I consider Górecki's third to be the most representative work of the twentieth century, able to embrace Wagner and what will come, a definitive example of harmony, melody, and singing that, in a rare instance of perfection, manage to converse without stepping on each other's toes, without discursiveness-musical redundancies, without overdoing rhetoric. The crescendo of the opening canon, in magnificence, always reminds me of Tristan and Isolde, when that Wagner there continued to unremittingly modulate, exalting chromaticisms and harshness, forcing the listener into tension, as if they were on a boat in a stormy sea. And then, the ultimate irony, to resolve, at the end of it all, death arrived. And the end.

That magic circle, born from equability, would have won once again, but this time the victory would have been cynical.
All musicians of the twentieth century had to come to terms with that cynical victory narrated by Wagner.
That romantic bypass winking at decadence, a prelude to a change, still too unripe and distant, which would find its humus decades later.

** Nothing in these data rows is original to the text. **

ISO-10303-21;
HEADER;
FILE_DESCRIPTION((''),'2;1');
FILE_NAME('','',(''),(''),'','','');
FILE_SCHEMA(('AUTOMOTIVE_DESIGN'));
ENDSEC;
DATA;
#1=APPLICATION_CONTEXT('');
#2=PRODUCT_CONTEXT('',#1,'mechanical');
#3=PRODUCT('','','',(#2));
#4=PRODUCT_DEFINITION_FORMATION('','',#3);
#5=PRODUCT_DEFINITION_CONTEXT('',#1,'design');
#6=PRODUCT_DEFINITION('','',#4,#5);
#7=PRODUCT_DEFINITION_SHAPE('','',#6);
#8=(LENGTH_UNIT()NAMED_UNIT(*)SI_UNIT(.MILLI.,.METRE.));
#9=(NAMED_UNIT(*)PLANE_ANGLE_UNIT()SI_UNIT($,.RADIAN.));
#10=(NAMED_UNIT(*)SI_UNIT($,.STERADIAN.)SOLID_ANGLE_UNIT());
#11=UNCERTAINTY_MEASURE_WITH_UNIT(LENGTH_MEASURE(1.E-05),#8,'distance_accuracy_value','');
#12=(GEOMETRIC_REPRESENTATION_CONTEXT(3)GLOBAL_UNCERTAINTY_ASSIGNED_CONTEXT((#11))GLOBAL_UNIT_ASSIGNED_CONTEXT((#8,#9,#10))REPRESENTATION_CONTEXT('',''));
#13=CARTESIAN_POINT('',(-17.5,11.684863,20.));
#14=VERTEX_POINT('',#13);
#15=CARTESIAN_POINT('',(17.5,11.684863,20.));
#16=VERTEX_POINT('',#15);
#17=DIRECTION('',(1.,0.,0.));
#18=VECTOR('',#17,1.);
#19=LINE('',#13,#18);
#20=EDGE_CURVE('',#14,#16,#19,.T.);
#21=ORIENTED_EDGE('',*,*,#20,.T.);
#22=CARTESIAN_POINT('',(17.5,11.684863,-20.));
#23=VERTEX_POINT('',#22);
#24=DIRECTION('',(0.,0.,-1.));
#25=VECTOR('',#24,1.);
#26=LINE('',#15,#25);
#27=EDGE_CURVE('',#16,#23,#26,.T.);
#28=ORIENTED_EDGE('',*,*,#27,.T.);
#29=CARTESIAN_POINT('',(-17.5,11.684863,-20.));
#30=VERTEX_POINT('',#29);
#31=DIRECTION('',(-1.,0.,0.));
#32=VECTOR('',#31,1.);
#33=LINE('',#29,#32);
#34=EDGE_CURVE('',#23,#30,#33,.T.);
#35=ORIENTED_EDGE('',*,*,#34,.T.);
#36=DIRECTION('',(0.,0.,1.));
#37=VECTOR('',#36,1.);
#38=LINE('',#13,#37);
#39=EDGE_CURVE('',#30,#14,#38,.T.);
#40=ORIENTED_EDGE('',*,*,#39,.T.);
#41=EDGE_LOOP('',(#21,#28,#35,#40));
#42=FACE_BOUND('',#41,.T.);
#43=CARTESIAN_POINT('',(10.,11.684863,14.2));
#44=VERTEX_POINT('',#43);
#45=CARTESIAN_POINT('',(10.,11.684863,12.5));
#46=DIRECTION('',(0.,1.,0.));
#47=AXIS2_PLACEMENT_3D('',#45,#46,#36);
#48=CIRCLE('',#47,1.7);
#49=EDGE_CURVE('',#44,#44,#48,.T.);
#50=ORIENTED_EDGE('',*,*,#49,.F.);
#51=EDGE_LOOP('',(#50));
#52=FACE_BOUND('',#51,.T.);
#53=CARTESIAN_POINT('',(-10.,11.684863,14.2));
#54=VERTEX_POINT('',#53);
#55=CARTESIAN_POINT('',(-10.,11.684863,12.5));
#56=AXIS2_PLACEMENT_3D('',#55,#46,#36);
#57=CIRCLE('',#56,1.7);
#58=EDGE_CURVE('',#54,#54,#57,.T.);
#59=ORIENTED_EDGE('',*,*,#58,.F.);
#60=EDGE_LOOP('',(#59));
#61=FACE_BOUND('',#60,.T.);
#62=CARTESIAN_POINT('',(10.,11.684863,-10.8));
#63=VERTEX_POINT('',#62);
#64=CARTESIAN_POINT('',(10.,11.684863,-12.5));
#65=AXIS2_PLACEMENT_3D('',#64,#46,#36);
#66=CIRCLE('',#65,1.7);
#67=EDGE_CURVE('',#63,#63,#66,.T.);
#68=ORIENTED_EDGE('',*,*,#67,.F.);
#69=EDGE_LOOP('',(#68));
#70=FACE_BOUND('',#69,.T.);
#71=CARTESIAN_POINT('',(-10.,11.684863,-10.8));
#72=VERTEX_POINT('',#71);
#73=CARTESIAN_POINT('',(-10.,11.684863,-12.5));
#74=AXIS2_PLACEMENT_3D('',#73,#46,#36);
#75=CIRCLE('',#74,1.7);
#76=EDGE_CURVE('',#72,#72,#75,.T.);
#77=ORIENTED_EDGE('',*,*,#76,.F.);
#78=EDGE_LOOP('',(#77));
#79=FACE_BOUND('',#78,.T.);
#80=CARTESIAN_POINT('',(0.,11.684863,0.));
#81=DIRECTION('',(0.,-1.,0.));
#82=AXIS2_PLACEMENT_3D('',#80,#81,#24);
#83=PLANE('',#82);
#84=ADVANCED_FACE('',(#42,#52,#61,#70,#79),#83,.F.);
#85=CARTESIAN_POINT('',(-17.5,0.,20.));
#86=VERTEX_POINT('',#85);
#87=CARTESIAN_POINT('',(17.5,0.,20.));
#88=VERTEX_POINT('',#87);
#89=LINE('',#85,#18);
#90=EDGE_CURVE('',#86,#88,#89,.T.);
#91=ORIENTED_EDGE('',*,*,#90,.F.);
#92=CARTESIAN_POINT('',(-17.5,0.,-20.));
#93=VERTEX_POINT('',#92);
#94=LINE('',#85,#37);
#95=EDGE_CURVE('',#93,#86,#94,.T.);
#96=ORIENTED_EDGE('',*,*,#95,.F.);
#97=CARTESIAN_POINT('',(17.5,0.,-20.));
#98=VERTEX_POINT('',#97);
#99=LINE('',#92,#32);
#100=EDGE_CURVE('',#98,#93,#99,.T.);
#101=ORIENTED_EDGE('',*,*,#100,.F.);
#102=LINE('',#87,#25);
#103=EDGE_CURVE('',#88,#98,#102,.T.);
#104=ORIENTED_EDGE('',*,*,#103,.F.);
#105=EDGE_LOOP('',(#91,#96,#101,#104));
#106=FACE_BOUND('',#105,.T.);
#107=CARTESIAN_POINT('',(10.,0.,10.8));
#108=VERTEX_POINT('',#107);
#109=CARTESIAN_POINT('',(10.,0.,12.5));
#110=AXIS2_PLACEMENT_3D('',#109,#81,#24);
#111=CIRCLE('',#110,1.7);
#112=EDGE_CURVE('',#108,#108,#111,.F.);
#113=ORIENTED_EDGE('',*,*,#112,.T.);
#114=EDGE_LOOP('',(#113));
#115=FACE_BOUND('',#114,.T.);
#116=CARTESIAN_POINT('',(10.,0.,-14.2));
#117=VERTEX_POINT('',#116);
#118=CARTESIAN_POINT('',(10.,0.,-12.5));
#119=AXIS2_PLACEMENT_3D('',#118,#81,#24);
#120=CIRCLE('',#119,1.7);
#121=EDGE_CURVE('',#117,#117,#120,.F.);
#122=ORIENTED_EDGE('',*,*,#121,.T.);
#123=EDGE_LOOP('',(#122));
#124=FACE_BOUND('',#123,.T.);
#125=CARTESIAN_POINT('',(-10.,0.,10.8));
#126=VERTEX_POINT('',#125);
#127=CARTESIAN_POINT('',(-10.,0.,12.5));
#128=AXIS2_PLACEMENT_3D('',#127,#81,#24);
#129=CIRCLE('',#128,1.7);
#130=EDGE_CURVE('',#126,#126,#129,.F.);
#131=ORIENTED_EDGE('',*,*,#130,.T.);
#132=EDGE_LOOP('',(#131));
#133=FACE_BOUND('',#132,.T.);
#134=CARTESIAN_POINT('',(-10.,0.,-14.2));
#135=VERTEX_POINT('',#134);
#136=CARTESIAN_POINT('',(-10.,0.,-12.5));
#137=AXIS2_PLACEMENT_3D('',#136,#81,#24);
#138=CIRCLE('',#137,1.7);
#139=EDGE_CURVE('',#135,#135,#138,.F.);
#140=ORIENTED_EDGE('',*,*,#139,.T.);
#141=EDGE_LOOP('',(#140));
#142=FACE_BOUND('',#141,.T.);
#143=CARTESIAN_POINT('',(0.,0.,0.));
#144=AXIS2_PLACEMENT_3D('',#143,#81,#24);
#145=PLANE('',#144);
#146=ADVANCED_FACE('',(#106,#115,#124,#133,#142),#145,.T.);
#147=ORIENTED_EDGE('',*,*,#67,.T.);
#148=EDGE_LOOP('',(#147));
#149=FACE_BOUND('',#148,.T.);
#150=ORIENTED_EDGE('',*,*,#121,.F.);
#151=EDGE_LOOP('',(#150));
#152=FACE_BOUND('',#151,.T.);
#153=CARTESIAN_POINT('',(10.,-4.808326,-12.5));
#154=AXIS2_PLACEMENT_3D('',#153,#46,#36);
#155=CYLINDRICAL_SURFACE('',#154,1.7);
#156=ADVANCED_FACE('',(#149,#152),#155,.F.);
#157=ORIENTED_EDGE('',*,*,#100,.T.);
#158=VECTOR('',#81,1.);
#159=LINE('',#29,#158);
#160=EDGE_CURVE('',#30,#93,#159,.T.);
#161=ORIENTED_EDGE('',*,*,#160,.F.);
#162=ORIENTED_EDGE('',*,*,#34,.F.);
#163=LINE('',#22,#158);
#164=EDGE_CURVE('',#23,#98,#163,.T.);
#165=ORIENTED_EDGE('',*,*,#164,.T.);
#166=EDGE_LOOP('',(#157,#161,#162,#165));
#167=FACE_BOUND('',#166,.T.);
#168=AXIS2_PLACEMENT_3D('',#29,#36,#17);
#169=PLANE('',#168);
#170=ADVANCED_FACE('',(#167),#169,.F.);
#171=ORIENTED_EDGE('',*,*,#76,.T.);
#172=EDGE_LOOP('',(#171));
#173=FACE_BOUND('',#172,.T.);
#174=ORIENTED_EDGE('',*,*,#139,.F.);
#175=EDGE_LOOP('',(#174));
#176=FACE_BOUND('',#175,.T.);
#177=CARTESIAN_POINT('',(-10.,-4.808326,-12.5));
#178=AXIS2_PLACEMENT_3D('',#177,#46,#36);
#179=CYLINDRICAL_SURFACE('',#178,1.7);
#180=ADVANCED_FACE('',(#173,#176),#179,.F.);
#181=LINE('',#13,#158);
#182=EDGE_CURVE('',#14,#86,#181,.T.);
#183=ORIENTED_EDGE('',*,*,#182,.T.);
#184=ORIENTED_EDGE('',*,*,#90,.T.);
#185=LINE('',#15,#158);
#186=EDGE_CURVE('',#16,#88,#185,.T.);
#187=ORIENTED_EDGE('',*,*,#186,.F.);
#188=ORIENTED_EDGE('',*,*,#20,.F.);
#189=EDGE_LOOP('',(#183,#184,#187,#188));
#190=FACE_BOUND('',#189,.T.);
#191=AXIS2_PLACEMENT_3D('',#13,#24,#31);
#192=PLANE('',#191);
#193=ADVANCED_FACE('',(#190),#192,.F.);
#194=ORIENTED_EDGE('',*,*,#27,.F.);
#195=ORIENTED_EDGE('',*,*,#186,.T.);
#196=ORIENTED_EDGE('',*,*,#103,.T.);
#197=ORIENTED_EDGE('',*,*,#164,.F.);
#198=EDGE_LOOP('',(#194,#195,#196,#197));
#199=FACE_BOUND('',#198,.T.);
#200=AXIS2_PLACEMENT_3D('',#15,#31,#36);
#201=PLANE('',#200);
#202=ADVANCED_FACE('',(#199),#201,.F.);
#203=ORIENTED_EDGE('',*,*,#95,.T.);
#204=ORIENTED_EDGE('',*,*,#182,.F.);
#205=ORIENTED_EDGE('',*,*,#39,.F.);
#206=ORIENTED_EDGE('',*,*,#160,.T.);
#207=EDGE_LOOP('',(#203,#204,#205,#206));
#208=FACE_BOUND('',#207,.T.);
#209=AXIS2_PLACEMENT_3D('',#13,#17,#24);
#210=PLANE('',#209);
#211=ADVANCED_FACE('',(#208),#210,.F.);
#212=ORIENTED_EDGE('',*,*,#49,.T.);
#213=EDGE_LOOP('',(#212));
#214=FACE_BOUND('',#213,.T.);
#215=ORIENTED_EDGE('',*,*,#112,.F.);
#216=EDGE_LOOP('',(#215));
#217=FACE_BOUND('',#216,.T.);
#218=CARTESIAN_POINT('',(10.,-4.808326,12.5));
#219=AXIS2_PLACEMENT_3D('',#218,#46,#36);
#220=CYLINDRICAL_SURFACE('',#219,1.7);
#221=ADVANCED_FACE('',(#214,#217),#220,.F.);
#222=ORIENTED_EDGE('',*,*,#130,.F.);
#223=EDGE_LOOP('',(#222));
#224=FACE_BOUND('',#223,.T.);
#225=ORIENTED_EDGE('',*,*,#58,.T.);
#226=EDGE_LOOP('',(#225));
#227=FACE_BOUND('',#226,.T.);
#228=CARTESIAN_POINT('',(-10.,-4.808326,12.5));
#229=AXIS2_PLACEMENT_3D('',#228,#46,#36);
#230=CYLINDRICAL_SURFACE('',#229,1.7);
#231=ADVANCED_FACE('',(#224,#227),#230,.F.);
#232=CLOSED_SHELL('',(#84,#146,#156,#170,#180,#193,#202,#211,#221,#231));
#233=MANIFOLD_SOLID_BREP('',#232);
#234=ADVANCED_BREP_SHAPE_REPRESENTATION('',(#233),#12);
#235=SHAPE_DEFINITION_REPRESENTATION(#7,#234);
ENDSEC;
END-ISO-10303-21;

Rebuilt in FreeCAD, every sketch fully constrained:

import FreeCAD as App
import Part
import Sketcher
from FreeCAD import Vector


def add_polygon(sketch, points):
    """Adds a closed chain of lines whose ends are joined by coincident constraints."""
    first, n = sketch.GeometryCount, len(points)
    for a, b in zip(points, points[1:] + points[:1]):
        sketch.addGeometry(Part.LineSegment(App.Vector(*a, 0), App.Vector(*b, 0)), False)
    for i in range(n):
        sketch.addConstraint(Sketcher.Constraint("Coincident", first + i, 2, first + (i + 1) % n, 1))

doc = App.newDocument("Part")
params = doc.addObject("Spreadsheet::Sheet", "Params")
for row, (alias, value) in enumerate([
    ("sketch1_width", "35 mm"),
    ("sketch1_height", "40 mm"),
    ("pad1_length", "11.684863 mm"),
    ("sketch2_diameter", "3.4 mm"),
    ("pocket1_length", "11.684863 mm"),
], start=1):
    params.set(f"A{row}", alias)
    params.set(f"B{row}", "=" + value)
    params.setAlias(f"B{row}", alias)

body = doc.addObject("PartDesign::Body", "Body")

sketch1 = body.newObject("Sketcher::SketchObject", "Sketch")
sketch1.AttachmentSupport = (doc.getObject("XZ_Plane"), [""])
sketch1.MapMode = "FlatFace"
add_polygon(sketch1, [(-18, -20), (-18, 20), (18, 20), (18, -20)])
sketch1.addConstraint([
    Sketcher.Constraint("Vertical", 0),
    Sketcher.Constraint("Horizontal", 1),
    Sketcher.Constraint("Vertical", 2),
    Sketcher.Constraint("Horizontal", 3),
    Sketcher.Constraint("Symmetric", 0, 2, 2, 2, -1, 1),
    Sketcher.Constraint("DistanceX", 1, 1, 1, 2, 35.0),
    Sketcher.Constraint("DistanceY", 0, 1, 0, 2, 40.0),
])
sketch1.setExpression("Constraints[9]", "Params.sketch1_width")
sketch1.setExpression("Constraints[10]", "Params.sketch1_height")
pad1 = body.newObject("PartDesign::Pad", "Pad")
pad1.Profile = sketch1
pad1.setExpression("Length", "Params.pad1_length")
pad1.Reversed = True

sketch2 = body.newObject("Sketcher::SketchObject", "Sketch001")
sketch2.AttachmentSupport = (doc.getObject("XZ_Plane"), [""])
sketch2.MapMode = "FlatFace"
sketch2.AttachmentOffset = App.Placement(Vector(0, 0, -11.684863), App.Rotation())
sketch2.addGeometry([
    Part.Circle(Vector(-10, -12.5, 0), Vector(0, 0, 1), 1.7),
    Part.Circle(Vector(10, -12.5, 0), Vector(0, 0, 1), 1.7),
    Part.Circle(Vector(-10, 12.5, 0), Vector(0, 0, 1), 1.7),
    Part.Circle(Vector(10, 12.5, 0), Vector(0, 0, 1), 1.7),
], False)
sketch2.addConstraint([
    Sketcher.Constraint("Equal", 0, 1),
    Sketcher.Constraint("Equal", 1, 2),
    Sketcher.Constraint("Equal", 2, 3),
    Sketcher.Constraint("Symmetric", 1, 3, 2, 3, -1, 1),
    Sketcher.Constraint("Symmetric", 0, 3, 3, 3, -1, 1),
    Sketcher.Constraint("Symmetric", 0, 3, 1, 3, -2),
    Sketcher.Constraint("Diameter", 0, 3.4),
    Sketcher.Constraint("DistanceX", 0, 3, -1, 1, 10.0),
    Sketcher.Constraint("DistanceY", 0, 3, 2, 3, 25.0),
])
sketch2.setExpression("Constraints[6]", "Params.sketch2_diameter")
pocket1 = body.newObject("PartDesign::Pocket", "Pocket")
pocket1.Profile = sketch2
pocket1.setExpression("Length", "Params.pocket1_length")
pocket1.Reversed = True

doc.recompute()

Faith and doom are Górecki's themes, a Pole, an unwilling spectator of that Germany that between Wagner and Stockhausen, between Nietzsche and the Neu!, has reckoned with the oblivion of the human soul.

Supported.

Calm.

But singable.

This is how the third begins, the plea, the breathtaking crescendo that explodes, bypassing all that is bypassable, finding solace in a modal practice.

Górecki too, like his colleagues, looks forward by going backward: drones and modes, as if nothing had ever happened, as if the need to tell by playing, act by singing, resolve by resolving, had never existed. Ladies and gentlemen: the twentieth century.
Górecki speaks because his work is definitive, logos included. He recounts faith and the holocaust, the ways and times, he does so in the seventies, highlighting the greatness of the Polish school of Penderecki and Lutoslawski. A heritage not always known, and here the remake by Colin Stetson could come in handy. And yes, because already seeing Górecki's name among indie pages is a great victory, an extra opportunity.

Stetson is a very cultured saxophonist and knows that much is owed to this work. A little less is known in the yeah yeah review circles, when they compare this reinterpretation to Godspeed you! Black Emperor or Explosions in the Sky, as if it were the revelation we were all waiting for.

Wow, it sounds almost like something from us young people with the alien t-shirt, the gaunt and white face, nerd glasses, and patchy curly beard”. The truth is that both GY!BE and the first Jonsi from Sigur Rós who comes along, know Górecki's work well and have for some time. They know that symphony is very “post-rock” (sigh!) and they have loved it, viscerally, just like I love it viscerally.

And perhaps this visceral love leads me to curb my enthusiasm for this noble reinterpretation by Colin Stetson.

I don’t believe the work felt the need to be revamped in a “modern” key.
It is still modern, like all immortal works. The work on the timbres, although well done, vitiates its message, depriving it of the emotionality that Górecki certainly did not skimp on but rationed meticulously through a pedantic study on timbres.
The final result deprives the work of that magic of suspension and adds predictability; the progression of sounds is flat and at times emptied, at times replaced by drums, electronic mannerisms, and exaggerations that flaunt how “post-rock” (sigh!) Górecki is. Moreover, I'm not a huge fan of the brass section and saxophones unless they're played a bit à la Morphine. Here they were used gracefully (if they had been stored in the case, it would've been even better, but so be it).

I don't particularly love the practice of reinterpreting “without changing much but changing everything”, to the point of winking at the gaudy.
I love Wendy Carlos's Switched on Bach that does Bach exactly, but with the Moog. To make history, you can be Wagner, Górecki, Bach, or Carlos; to make a remake, you can also be Colin Stetson, who certainly loves Górecki viscerally, but not enough to simply dedicate himself to listening to it twice a day.

However, one thing is certain: those who do not know Górecki's third symphony will hear something significant. If you love bands with strange names and albums that last three and a half hours with songs of twenty-seven minutes, here you are adding two pieces: a – nonetheless – good listen (besides, the mezzo-soprano is really good) and a valid opportunity to recover some “contemporary music” which, trust me, does not drag you down at all.